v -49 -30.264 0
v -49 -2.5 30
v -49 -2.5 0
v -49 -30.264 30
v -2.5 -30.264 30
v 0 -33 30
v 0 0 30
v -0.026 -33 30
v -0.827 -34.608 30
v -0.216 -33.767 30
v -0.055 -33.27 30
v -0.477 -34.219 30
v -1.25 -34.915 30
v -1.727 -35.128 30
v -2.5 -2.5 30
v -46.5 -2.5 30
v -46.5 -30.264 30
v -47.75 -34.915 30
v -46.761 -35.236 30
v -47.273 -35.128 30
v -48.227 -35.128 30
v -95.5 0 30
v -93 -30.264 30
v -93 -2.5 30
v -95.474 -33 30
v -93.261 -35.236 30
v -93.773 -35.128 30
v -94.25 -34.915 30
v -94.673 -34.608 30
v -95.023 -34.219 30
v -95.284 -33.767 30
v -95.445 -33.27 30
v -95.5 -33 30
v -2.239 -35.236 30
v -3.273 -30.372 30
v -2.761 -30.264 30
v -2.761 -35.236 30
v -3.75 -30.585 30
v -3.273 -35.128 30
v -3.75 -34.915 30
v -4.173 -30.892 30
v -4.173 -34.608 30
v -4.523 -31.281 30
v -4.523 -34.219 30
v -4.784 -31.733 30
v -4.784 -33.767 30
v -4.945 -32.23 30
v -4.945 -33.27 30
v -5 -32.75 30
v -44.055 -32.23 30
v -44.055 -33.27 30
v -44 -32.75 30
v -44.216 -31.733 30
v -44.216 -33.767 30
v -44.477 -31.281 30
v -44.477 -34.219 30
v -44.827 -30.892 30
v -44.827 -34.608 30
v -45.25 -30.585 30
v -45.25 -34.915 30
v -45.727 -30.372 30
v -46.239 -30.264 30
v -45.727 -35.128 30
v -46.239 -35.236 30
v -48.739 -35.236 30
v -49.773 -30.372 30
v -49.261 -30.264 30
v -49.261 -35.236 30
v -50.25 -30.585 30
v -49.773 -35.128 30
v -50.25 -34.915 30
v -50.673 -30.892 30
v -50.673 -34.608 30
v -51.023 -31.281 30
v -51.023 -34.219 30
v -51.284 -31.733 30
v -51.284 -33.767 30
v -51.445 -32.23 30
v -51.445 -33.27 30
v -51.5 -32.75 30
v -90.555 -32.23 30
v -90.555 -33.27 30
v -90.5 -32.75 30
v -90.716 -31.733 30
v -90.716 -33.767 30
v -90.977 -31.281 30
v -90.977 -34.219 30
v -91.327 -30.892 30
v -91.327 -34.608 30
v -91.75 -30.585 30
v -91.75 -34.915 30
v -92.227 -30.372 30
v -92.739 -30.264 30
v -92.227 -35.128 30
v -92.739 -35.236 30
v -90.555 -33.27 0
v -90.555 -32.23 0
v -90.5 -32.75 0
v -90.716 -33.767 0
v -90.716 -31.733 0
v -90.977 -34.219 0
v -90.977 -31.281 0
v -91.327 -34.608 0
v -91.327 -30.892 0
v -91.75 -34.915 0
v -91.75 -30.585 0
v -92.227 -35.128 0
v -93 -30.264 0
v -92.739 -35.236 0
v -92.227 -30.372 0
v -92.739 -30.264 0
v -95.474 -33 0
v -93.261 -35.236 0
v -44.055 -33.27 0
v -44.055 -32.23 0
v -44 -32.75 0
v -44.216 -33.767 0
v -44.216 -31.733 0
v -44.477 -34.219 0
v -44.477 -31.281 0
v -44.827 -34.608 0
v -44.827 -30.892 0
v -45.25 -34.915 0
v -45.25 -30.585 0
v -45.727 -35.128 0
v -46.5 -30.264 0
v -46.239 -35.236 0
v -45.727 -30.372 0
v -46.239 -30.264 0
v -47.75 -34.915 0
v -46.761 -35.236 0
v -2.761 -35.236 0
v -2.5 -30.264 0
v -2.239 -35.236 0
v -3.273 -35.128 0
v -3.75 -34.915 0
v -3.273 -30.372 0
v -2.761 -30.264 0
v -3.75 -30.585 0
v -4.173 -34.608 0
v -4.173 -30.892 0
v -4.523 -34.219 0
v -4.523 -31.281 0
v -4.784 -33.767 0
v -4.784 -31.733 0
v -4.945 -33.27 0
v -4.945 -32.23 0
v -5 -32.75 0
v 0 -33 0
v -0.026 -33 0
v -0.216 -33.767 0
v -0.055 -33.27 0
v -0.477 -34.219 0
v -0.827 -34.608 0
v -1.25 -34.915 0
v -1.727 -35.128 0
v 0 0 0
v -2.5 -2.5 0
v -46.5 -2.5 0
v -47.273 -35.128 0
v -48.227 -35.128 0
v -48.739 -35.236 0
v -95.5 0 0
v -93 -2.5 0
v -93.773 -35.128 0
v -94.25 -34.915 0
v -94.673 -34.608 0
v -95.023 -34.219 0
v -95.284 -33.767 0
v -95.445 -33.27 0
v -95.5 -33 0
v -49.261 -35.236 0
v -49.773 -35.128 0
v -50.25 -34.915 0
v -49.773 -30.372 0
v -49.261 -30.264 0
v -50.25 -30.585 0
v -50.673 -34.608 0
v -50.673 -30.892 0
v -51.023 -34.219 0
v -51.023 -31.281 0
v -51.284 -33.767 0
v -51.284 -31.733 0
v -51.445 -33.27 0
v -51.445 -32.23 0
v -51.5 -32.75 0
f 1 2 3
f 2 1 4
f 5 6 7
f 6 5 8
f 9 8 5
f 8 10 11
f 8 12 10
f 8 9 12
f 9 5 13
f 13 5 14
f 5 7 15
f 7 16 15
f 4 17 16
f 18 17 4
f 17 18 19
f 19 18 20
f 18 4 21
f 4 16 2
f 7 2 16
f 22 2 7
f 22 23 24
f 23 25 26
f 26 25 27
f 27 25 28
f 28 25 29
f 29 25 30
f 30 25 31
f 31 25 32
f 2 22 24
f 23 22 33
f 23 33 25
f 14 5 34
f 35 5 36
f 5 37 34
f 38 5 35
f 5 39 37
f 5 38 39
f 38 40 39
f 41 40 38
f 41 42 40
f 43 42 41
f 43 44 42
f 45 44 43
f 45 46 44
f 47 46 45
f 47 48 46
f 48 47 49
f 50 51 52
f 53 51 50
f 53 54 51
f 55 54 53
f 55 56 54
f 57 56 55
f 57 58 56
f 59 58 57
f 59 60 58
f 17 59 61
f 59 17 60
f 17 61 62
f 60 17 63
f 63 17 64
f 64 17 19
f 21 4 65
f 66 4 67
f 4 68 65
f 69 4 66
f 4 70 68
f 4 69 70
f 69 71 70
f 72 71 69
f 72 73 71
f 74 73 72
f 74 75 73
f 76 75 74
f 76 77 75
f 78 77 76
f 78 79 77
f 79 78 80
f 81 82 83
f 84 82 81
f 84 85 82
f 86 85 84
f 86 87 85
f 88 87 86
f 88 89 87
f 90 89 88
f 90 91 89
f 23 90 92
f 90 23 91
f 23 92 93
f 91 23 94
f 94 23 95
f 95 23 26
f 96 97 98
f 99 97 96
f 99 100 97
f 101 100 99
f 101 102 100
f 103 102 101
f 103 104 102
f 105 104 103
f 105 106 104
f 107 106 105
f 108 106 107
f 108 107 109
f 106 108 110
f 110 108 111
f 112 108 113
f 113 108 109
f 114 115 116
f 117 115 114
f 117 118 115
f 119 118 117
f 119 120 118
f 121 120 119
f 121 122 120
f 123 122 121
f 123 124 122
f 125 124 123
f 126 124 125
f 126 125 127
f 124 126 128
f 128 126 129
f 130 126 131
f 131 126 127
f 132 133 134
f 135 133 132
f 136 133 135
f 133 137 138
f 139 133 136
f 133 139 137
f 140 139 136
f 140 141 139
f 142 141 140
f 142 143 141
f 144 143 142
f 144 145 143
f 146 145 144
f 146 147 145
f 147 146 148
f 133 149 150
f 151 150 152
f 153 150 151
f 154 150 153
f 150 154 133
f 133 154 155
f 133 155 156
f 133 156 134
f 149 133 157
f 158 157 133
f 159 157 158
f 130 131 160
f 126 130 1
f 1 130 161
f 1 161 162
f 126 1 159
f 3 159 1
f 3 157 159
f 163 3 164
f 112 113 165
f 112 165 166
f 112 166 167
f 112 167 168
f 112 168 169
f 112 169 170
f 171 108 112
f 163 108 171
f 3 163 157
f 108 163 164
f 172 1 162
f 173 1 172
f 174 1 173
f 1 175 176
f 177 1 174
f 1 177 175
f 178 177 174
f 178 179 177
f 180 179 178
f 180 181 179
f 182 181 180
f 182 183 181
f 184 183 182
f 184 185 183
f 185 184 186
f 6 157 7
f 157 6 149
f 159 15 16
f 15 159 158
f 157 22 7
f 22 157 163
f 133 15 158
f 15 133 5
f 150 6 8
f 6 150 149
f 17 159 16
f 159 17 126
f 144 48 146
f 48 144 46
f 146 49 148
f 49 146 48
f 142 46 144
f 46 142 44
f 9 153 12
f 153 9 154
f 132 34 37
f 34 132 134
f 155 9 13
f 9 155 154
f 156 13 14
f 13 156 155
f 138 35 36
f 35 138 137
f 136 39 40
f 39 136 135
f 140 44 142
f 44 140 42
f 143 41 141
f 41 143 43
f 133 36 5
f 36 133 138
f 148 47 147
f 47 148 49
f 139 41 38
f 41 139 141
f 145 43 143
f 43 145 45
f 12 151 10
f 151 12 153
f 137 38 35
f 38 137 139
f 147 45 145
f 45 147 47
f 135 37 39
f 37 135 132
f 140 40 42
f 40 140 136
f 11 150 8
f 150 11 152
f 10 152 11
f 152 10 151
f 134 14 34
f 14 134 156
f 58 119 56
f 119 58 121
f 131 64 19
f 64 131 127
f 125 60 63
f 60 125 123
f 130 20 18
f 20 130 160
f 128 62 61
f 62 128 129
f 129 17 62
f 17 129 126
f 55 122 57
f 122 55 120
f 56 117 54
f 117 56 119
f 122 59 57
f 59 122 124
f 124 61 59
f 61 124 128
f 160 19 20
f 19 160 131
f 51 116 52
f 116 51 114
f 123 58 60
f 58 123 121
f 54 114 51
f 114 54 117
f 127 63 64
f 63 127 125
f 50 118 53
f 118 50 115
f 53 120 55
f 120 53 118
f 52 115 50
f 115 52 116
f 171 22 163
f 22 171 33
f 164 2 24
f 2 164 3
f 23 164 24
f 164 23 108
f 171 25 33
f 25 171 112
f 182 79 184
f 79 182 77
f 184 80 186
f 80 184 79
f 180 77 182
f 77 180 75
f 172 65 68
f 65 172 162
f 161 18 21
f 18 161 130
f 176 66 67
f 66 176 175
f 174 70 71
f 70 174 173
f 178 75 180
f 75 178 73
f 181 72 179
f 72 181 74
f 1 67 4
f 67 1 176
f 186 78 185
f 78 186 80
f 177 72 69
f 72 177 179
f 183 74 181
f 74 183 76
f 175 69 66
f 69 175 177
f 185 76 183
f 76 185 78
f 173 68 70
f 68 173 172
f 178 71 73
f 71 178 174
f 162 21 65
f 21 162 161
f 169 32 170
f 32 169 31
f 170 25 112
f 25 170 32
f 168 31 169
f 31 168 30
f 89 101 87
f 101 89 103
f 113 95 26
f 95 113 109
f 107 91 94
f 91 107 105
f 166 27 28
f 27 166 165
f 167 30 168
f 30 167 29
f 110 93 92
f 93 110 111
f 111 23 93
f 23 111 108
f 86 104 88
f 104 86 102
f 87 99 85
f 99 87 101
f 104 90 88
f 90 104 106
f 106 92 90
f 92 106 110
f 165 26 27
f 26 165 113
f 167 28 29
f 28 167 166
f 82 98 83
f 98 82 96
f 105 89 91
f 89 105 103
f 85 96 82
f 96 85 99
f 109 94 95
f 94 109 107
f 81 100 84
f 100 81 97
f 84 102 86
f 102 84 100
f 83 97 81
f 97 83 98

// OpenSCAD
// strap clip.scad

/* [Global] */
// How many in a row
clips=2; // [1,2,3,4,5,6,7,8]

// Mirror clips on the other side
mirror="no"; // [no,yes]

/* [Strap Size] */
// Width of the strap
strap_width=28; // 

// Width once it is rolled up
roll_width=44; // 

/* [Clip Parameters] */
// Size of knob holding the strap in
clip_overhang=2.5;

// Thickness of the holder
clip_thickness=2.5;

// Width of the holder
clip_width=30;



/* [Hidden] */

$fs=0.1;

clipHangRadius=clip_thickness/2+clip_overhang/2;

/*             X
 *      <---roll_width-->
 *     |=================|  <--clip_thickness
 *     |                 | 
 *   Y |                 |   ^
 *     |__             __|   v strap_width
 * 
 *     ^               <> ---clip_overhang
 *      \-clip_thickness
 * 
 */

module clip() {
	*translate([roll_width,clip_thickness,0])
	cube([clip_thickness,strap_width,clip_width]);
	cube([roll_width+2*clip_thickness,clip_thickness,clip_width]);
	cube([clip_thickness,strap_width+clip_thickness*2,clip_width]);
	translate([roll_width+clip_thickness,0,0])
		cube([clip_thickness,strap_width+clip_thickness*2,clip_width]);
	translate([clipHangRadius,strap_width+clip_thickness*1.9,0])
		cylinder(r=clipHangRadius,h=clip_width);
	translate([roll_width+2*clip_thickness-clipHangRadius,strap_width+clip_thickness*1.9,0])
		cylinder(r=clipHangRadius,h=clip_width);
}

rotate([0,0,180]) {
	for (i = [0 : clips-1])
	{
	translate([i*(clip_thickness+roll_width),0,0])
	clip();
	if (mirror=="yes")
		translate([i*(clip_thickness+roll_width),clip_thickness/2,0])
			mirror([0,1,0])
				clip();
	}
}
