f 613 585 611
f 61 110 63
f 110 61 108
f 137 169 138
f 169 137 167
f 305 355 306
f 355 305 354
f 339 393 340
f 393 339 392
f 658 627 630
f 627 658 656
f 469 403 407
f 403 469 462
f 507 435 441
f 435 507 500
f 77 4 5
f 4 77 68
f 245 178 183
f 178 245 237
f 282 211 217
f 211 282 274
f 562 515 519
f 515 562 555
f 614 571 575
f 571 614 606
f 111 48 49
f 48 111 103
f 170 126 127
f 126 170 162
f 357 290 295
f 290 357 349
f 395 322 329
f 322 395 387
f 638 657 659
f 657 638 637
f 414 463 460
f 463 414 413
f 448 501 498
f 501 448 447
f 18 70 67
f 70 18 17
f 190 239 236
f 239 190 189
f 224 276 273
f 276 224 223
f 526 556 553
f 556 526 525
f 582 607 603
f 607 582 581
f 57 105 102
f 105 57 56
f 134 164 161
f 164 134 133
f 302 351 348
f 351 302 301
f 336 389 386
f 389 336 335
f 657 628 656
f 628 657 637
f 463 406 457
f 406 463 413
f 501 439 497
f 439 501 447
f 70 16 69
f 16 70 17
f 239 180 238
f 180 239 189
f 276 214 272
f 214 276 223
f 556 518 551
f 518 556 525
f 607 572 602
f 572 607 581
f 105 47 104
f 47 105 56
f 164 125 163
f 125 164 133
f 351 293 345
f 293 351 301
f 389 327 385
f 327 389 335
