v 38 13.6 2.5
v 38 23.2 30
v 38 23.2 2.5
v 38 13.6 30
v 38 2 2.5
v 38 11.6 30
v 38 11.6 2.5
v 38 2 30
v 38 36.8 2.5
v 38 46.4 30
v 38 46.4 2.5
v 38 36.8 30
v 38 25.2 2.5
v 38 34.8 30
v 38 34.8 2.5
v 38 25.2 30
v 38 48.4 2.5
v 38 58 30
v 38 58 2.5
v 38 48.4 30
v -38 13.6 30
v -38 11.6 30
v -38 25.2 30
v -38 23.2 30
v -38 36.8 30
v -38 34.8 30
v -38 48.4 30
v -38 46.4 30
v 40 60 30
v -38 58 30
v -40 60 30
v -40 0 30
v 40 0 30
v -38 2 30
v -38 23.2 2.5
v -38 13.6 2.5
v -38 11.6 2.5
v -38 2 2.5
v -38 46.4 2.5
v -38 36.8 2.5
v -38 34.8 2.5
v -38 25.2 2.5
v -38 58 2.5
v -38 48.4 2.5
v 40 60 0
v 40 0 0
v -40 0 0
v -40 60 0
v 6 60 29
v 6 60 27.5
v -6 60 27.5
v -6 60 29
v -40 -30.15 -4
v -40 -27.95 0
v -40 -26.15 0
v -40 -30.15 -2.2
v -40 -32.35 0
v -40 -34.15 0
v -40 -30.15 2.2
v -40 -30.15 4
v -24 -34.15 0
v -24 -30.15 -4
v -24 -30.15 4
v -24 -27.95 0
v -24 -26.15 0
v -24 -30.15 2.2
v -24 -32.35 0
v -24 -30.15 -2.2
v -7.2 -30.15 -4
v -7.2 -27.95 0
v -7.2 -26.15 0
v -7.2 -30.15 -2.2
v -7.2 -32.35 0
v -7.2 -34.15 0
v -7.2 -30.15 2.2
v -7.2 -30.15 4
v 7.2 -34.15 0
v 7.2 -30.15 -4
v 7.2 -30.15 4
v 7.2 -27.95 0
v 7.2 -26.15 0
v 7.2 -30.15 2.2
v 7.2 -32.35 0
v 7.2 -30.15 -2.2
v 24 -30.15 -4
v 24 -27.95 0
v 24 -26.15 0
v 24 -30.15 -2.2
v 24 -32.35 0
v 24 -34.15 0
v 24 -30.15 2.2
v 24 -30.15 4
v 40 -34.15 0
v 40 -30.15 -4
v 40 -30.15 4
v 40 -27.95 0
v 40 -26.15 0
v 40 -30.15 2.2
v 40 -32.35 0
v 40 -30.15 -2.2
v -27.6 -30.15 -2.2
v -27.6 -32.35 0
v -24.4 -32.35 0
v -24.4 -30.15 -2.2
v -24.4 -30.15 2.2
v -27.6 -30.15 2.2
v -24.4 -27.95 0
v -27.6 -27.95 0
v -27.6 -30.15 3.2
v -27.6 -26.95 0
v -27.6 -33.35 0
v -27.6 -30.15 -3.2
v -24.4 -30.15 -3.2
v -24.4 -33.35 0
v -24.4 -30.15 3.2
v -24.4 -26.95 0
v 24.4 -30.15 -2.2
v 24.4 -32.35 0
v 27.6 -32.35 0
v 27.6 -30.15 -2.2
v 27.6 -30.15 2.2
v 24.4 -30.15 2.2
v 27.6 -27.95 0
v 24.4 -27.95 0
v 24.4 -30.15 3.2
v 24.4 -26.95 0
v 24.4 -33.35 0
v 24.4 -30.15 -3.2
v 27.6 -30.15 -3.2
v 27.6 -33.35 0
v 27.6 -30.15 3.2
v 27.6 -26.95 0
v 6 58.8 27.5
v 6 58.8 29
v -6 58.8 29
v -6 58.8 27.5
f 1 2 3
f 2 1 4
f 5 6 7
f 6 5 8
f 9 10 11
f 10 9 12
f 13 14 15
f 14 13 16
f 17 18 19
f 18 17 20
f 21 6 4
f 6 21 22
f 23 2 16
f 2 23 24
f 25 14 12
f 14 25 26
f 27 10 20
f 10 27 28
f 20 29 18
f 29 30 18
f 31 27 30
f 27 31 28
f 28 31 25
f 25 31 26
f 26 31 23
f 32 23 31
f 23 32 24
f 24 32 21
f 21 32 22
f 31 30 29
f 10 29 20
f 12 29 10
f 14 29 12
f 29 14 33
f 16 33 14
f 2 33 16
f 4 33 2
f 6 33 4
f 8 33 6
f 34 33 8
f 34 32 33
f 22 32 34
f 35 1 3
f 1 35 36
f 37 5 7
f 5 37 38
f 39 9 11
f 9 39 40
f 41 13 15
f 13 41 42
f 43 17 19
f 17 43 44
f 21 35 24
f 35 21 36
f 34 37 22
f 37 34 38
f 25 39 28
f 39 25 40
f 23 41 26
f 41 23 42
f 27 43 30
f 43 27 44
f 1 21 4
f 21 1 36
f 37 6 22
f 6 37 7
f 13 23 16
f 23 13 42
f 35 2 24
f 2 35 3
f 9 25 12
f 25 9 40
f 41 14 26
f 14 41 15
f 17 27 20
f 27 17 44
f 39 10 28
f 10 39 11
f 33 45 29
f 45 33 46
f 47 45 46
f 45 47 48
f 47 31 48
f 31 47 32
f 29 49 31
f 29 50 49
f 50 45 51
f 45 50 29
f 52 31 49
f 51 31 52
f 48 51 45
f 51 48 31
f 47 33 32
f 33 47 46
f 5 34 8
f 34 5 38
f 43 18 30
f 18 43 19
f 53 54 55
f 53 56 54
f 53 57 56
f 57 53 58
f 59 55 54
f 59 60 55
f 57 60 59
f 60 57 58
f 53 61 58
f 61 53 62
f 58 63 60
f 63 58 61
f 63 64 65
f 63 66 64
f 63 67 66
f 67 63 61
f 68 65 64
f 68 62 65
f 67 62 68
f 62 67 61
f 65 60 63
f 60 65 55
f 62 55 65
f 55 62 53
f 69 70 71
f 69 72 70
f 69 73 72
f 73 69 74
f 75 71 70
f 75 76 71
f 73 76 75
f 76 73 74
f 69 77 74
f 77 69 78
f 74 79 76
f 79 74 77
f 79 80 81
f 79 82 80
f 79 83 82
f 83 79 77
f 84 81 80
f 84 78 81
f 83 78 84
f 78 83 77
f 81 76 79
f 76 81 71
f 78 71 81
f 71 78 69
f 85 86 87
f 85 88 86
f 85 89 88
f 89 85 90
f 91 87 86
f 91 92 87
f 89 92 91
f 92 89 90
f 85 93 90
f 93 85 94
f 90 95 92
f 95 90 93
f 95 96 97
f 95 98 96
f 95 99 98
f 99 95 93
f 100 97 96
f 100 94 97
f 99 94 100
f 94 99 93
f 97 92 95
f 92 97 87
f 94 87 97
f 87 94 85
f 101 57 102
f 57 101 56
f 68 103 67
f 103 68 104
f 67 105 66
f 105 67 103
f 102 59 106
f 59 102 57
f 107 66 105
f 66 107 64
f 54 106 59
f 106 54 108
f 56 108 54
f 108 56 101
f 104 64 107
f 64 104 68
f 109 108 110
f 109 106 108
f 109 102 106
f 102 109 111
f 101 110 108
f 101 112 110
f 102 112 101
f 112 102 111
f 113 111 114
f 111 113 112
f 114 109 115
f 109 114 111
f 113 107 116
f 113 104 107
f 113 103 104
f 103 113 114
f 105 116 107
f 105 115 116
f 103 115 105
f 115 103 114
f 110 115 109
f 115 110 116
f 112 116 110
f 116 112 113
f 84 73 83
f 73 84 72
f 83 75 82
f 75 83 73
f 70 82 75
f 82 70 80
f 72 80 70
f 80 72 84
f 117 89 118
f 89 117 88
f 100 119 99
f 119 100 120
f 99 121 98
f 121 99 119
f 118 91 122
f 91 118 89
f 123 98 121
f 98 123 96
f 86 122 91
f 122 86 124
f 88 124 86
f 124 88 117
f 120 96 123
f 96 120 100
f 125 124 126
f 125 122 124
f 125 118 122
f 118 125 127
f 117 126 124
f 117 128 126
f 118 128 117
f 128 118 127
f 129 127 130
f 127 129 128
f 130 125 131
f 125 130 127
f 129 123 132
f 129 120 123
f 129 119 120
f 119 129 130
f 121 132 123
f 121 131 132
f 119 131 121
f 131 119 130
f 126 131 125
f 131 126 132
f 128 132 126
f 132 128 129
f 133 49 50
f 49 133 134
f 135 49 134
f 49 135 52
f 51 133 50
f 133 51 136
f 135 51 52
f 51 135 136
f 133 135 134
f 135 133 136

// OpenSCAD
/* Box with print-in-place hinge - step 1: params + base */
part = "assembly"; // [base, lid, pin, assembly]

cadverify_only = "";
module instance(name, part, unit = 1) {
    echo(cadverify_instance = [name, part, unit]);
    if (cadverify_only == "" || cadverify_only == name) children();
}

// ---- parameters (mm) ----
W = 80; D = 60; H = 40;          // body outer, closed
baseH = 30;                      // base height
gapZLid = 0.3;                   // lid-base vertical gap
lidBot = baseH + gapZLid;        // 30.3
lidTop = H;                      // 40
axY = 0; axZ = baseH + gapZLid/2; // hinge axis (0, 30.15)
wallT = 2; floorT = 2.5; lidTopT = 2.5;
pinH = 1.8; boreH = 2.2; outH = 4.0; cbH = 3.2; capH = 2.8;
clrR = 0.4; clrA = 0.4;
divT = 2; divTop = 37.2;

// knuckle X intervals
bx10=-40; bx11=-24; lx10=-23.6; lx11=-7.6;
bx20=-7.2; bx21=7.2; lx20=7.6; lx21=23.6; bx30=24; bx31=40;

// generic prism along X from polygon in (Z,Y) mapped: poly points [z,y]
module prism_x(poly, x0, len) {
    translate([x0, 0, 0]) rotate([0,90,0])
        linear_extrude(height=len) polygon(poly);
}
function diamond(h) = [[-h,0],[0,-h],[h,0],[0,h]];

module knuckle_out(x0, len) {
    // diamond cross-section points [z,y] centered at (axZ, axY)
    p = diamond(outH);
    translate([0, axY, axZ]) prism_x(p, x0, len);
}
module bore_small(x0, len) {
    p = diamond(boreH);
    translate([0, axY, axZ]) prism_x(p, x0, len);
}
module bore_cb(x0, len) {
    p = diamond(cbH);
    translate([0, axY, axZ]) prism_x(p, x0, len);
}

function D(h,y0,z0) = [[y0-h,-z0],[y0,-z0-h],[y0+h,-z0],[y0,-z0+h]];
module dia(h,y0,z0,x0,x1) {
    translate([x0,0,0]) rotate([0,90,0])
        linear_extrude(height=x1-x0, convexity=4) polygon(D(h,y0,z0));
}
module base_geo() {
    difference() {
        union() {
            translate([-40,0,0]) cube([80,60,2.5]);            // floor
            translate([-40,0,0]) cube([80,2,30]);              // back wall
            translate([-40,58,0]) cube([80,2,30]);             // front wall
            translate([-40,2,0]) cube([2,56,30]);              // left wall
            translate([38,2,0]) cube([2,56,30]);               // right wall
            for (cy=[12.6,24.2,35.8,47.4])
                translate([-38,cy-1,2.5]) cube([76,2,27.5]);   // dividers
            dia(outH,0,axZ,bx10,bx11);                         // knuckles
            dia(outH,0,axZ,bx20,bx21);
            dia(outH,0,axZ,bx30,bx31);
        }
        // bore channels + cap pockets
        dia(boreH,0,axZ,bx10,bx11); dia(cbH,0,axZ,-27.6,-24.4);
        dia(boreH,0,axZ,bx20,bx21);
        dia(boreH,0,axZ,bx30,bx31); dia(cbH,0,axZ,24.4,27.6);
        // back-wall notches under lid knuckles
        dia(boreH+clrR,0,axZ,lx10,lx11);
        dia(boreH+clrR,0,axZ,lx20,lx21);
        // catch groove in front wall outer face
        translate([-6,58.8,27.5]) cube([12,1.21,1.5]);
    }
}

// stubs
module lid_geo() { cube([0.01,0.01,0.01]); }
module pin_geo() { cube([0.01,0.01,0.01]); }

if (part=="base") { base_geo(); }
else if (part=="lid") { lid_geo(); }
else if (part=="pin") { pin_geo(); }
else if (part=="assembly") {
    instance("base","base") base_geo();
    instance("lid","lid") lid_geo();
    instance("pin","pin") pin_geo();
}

**AIM OF THE TASK:**
In the listing above, find the line holding "f 137 169 138" and the line holding "v -38 34.8 2.5", then output those two lines and every line between them exactly.

**REPLY:**
f 137 169 138
f 169 137 167
f 305 355 306
f 355 305 354
f 339 393 340
f 393 339 392
f 658 627 630
f 627 658 656
f 469 403 407
f 403 469 462
f 507 435 441
f 435 507 500
f 77 4 5
f 4 77 68
f 245 178 183
f 178 245 237
f 282 211 217
f 211 282 274
f 562 515 519
f 515 562 555
f 614 571 575
f 571 614 606
f 111 48 49
f 48 111 103
f 170 126 127
f 126 170 162
f 357 290 295
f 290 357 349
f 395 322 329
f 322 395 387
f 638 657 659
f 657 638 637
f 414 463 460
f 463 414 413
f 448 501 498
f 501 448 447
f 18 70 67
f 70 18 17
f 190 239 236
f 239 190 189
f 224 276 273
f 276 224 223
f 526 556 553
f 556 526 525
f 582 607 603
f 607 582 581
f 57 105 102
f 105 57 56
f 134 164 161
f 164 134 133
f 302 351 348
f 351 302 301
f 336 389 386
f 389 336 335
f 657 628 656
f 628 657 637
f 463 406 457
f 406 463 413
f 501 439 497
f 439 501 447
f 70 16 69
f 16 70 17
f 239 180 238
f 180 239 189
f 276 214 272
f 214 276 223
f 556 518 551
f 518 556 525
f 607 572 602
f 572 607 581
f 105 47 104
f 47 105 56
f 164 125 163
f 125 164 133
f 351 293 345
f 293 351 301
f 389 327 385
f 327 389 335
v 38 13.6 2.5
v 38 23.2 30
v 38 23.2 2.5
v 38 13.6 30
v 38 2 2.5
v 38 11.6 30
v 38 11.6 2.5
v 38 2 30
v 38 36.8 2.5
v 38 46.4 30
v 38 46.4 2.5
v 38 36.8 30
v 38 25.2 2.5
v 38 34.8 30
v 38 34.8 2.5
v 38 25.2 30
v 38 48.4 2.5
v 38 58 30
v 38 58 2.5
v 38 48.4 30
v -38 13.6 30
v -38 11.6 30
v -38 25.2 30
v -38 23.2 30
v -38 36.8 30
v -38 34.8 30
v -38 48.4 30
v -38 46.4 30
v 40 60 30
v -38 58 30
v -40 60 30
v -40 0 30
v 40 0 30
v -38 2 30
v -38 23.2 2.5
v -38 13.6 2.5
v -38 11.6 2.5
v -38 2 2.5
v -38 46.4 2.5
v -38 36.8 2.5
v -38 34.8 2.5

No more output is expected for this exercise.